UK PM orders bank rate scandal inquiry

Cameron described the revelations as a “scandal” saying a parliamentary committee of inquiry headed by the chairman of the Treasury Committee Andrew Tyrie will investigate the issue.

Barclays was fined a record £290m last week and its chairman Marcus Agius resigned after the Financial Services Authority (FSA) revealed that the bank had attempted to manipulate the interbank lending rate, Libor, between 2005 and 2009 by lying about the interest rates other banks were charging it for loans.

Through pretending the Libor reading was lower than it actually was, Barclays would give the impression of having a better lending risk than it actually had.

“I want us to establish a full parliamentary committee of inquiry involving both Houses chaired by the Chairman of the House of Commons Treasury Select Committee,” Cameron said.

“This inquiry will take evidence under oath have full access to papers, officials and Ministers – including Ministers and Special advisers from the last government,” he added.

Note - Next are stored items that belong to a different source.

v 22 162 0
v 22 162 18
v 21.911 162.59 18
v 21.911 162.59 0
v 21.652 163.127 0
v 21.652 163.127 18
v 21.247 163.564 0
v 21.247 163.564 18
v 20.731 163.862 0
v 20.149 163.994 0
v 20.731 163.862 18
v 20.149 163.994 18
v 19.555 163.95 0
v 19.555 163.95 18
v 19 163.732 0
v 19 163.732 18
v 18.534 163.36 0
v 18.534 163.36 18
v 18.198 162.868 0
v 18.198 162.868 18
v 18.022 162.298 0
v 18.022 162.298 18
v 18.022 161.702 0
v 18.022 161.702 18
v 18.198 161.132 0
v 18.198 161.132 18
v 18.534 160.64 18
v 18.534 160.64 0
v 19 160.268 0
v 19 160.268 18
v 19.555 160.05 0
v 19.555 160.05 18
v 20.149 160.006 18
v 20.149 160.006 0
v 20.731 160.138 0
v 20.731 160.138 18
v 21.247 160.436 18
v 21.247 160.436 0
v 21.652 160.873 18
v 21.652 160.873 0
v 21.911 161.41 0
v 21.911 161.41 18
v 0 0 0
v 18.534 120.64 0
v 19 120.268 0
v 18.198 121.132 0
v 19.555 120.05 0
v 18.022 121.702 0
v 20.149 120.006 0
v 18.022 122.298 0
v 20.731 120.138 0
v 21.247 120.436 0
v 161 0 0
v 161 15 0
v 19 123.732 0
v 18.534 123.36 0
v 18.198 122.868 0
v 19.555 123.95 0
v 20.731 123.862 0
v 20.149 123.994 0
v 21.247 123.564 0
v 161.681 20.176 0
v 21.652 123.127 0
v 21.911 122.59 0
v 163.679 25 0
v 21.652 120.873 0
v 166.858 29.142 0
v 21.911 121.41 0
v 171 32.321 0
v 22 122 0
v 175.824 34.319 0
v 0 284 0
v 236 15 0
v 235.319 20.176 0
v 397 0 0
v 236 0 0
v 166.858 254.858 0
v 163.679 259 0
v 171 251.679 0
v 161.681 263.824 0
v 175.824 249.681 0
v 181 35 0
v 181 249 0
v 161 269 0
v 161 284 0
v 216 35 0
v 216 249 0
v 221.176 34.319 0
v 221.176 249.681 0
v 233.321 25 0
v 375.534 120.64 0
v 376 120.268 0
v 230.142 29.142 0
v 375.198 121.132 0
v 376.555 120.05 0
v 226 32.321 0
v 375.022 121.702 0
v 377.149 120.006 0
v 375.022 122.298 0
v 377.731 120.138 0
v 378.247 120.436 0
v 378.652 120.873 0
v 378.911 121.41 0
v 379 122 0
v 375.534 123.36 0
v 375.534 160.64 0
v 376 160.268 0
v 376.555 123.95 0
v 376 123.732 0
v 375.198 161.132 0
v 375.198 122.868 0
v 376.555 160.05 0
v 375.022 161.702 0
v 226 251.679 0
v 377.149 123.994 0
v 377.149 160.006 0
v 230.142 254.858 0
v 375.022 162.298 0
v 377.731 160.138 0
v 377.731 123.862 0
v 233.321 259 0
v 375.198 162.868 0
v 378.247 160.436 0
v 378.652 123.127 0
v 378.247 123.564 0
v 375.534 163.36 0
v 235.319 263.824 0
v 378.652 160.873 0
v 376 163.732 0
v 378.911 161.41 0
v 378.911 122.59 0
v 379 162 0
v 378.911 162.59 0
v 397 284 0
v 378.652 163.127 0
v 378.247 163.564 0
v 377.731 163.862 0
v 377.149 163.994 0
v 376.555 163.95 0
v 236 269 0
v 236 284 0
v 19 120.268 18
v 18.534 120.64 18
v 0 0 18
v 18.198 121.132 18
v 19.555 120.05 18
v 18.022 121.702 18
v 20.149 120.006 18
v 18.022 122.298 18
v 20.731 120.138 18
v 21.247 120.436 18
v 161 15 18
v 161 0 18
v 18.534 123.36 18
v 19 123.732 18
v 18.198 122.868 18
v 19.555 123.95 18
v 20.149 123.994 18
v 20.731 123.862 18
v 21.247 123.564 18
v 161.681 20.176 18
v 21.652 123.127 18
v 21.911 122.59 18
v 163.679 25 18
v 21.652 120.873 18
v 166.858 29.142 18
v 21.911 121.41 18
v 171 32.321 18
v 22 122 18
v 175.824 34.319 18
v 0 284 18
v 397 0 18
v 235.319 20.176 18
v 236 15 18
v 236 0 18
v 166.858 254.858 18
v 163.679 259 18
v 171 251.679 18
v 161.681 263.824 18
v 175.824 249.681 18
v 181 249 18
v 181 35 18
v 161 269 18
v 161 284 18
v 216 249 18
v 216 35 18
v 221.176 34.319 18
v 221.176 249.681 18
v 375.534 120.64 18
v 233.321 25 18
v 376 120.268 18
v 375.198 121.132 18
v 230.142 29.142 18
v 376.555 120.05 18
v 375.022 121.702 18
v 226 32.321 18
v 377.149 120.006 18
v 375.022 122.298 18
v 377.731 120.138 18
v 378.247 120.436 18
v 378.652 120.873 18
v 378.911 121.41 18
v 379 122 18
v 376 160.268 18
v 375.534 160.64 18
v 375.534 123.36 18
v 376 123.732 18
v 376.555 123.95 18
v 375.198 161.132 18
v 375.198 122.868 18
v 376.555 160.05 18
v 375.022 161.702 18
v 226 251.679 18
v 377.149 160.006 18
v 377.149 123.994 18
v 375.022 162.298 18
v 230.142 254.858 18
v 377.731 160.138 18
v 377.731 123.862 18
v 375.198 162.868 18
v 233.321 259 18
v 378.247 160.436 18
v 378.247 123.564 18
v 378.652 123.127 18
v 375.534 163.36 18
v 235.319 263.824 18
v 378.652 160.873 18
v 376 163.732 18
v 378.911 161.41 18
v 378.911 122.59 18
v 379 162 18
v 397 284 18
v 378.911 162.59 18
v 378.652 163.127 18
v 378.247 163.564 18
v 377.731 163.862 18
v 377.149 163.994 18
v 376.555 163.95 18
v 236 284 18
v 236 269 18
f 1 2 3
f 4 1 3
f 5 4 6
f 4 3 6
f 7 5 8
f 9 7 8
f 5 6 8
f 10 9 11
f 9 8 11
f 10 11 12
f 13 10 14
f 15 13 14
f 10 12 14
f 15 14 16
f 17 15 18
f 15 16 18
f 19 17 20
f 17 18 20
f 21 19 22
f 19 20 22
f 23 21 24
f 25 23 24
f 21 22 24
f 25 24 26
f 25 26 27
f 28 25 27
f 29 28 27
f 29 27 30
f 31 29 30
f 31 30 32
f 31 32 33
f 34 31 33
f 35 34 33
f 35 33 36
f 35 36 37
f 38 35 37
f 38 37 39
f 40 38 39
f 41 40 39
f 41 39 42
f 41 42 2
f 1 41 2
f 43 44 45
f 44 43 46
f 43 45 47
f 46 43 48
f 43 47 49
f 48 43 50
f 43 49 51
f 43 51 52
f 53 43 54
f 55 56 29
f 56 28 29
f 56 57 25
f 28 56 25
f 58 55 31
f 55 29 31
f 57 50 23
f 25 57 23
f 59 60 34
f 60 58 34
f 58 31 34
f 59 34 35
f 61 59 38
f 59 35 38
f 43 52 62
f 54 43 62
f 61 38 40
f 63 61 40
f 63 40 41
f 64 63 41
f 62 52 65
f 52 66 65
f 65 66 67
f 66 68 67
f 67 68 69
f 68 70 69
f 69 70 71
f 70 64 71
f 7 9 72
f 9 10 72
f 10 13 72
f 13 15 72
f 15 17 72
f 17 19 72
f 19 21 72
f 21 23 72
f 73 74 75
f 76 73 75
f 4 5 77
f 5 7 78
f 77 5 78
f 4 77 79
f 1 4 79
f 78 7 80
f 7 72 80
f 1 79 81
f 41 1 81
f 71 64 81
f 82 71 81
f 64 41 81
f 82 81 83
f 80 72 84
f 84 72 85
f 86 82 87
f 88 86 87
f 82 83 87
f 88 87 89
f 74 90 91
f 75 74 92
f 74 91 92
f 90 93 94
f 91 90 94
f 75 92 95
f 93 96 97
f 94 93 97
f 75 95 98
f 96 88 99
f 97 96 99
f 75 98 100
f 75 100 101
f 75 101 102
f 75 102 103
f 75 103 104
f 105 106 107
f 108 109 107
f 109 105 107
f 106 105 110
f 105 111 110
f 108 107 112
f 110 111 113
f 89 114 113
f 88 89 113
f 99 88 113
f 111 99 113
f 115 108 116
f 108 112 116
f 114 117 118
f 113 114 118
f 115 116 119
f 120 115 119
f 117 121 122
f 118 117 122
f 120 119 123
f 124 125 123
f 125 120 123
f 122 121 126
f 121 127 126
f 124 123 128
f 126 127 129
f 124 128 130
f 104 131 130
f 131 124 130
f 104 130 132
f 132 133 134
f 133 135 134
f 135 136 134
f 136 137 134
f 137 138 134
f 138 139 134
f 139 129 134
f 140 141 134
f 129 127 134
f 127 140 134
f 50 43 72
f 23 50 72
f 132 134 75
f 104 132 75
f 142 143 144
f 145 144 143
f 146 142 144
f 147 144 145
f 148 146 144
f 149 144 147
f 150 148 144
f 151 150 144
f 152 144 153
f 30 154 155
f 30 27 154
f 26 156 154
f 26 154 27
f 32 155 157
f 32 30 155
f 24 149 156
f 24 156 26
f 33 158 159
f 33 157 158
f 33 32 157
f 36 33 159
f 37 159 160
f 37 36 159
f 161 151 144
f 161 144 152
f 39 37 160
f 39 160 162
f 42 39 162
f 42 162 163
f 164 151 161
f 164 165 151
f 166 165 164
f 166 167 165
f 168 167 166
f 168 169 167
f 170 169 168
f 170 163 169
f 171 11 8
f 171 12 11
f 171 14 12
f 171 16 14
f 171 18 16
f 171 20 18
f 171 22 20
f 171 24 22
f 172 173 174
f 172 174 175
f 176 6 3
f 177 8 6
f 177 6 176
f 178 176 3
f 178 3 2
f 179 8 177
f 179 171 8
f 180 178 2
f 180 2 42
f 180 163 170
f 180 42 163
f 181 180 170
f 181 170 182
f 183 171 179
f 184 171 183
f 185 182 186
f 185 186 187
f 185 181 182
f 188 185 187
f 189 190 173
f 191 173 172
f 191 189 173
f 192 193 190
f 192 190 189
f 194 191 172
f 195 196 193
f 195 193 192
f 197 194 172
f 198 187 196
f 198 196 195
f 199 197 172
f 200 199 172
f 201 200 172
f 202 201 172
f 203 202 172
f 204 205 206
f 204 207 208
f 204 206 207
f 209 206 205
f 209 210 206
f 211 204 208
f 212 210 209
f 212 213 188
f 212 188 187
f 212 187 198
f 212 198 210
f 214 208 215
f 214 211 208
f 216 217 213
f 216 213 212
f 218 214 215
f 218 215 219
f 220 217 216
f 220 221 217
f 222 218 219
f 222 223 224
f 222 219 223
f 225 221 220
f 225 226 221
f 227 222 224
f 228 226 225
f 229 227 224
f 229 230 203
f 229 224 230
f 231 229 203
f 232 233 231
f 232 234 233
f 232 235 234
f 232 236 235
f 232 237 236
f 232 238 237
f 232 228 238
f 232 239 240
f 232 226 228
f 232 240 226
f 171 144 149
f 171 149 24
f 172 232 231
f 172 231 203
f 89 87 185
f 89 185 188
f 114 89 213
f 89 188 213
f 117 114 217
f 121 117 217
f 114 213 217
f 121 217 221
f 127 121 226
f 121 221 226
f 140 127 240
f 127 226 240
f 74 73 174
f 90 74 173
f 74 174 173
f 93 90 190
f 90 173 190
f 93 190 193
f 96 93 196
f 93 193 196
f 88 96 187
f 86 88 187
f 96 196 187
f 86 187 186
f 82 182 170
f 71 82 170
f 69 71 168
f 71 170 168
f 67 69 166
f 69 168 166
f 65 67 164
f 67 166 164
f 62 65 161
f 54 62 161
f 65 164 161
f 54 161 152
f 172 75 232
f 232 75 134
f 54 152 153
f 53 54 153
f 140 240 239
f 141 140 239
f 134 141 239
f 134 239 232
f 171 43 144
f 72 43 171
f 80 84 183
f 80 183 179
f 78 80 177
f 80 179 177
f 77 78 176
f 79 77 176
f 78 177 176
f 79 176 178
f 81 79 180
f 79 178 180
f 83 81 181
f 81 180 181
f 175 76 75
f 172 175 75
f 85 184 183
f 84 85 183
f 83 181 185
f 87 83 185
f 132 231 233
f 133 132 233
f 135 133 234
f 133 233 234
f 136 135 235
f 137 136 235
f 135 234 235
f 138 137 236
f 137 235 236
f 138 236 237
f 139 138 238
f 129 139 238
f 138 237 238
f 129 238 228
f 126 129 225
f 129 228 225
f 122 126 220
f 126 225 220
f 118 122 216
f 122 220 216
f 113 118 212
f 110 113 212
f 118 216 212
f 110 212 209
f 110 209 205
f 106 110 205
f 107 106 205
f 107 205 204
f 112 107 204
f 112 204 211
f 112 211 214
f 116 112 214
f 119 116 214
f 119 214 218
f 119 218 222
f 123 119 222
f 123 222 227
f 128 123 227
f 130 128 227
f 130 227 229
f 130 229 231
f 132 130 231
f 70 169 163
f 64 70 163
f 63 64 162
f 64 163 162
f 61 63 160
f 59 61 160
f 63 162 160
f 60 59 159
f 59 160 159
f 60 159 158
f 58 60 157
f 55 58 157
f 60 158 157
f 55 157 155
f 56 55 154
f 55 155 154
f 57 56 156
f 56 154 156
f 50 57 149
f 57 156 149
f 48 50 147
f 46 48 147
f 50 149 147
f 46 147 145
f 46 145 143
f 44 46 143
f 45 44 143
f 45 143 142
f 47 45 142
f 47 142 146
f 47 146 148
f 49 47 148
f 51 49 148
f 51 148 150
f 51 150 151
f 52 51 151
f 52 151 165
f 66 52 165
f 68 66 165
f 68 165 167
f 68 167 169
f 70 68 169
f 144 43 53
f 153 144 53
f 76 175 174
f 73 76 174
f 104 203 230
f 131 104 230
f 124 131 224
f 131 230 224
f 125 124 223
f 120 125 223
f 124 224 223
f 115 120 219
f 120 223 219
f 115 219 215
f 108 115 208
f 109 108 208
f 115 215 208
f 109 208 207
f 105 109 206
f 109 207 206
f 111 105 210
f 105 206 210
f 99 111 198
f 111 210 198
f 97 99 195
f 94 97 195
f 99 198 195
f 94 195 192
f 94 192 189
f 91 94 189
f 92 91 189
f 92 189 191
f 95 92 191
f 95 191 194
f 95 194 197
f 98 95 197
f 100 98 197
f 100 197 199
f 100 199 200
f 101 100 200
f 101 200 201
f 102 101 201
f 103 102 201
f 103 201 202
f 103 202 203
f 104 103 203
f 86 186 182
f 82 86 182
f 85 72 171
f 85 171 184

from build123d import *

# Parameters (mm, degrees)
SKETCH1_W           = 397
SKETCH1_H           = 284
BOSS_EXTRUDE1_DEPTH = 18
SKETCH2_R           = 2
CUT_EXTRUDE1_DEPTH  = 19


with BuildPart() as part:
    # Sketch1 → Boss-Extrude1 (new body)
    with BuildSketch(Plane.XY):
        with Locations((198.5, 142)):
            Rectangle(SKETCH1_W, SKETCH1_H)
    extrude(amount=BOSS_EXTRUDE1_DEPTH)

    # Sketch2 → Cut-Extrude1 (cut, through all)
    with BuildSketch(Plane.XY.offset(18)):
        with Locations((20, 162)):
            Circle(SKETCH2_R)
        with Locations((20, 122)):
            Circle(SKETCH2_R)
        with Locations((377, 122)):
            Circle(SKETCH2_R)
        with Locations((377, 162)):
            Circle(SKETCH2_R)
        with BuildLine():
            Line((236, 284), (161, 284))
            Line((161, 284), (161, 269))
            ThreePointArc((161, 269), (166.857864376, 254.857864376), (181, 249))
            Line((181, 249), (216, 249))
            ThreePointArc((216, 249), (230.142135624, 254.857864376), (236, 269))
            Line((236, 269), (236, 284))
        make_face()
        with BuildLine():
            Line((216, 35), (181, 35))
            ThreePointArc((181, 35), (166.857864376, 29.142135624), (161, 15))
            Line((161, 15), (161, 0))
            Line((161, 0), (236, 0))
            Line((236, 0), (236, 15))
            ThreePointArc((236, 15), (230.142135624, 29.142135624), (216, 35))
        make_face()
    extrude(amount=-CUT_EXTRUDE1_DEPTH, mode=Mode.SUBTRACT)


solid = part.part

However, others including the Labour party and the Trades Union Congress (TUC) called for an independent inquiry saying an investigation by politicians into bankers will not please the public.

“The Government’s reluctant conversion to a new parliamentary inquiry into banking is a welcome recognition of public anger, but still falls short of a proper judge-led inquiry immune from the party politics and lobbying that surround any parliamentary process,” TUC general secretary Brendan Barber said.

“The fact is banks stopped servicing the UK economy properly long before the crash. We need a banking sector that does far more of its core job – supporting consumers and businesses – and far less of the socially-useless financial wizardry that got us into this mess,” he added.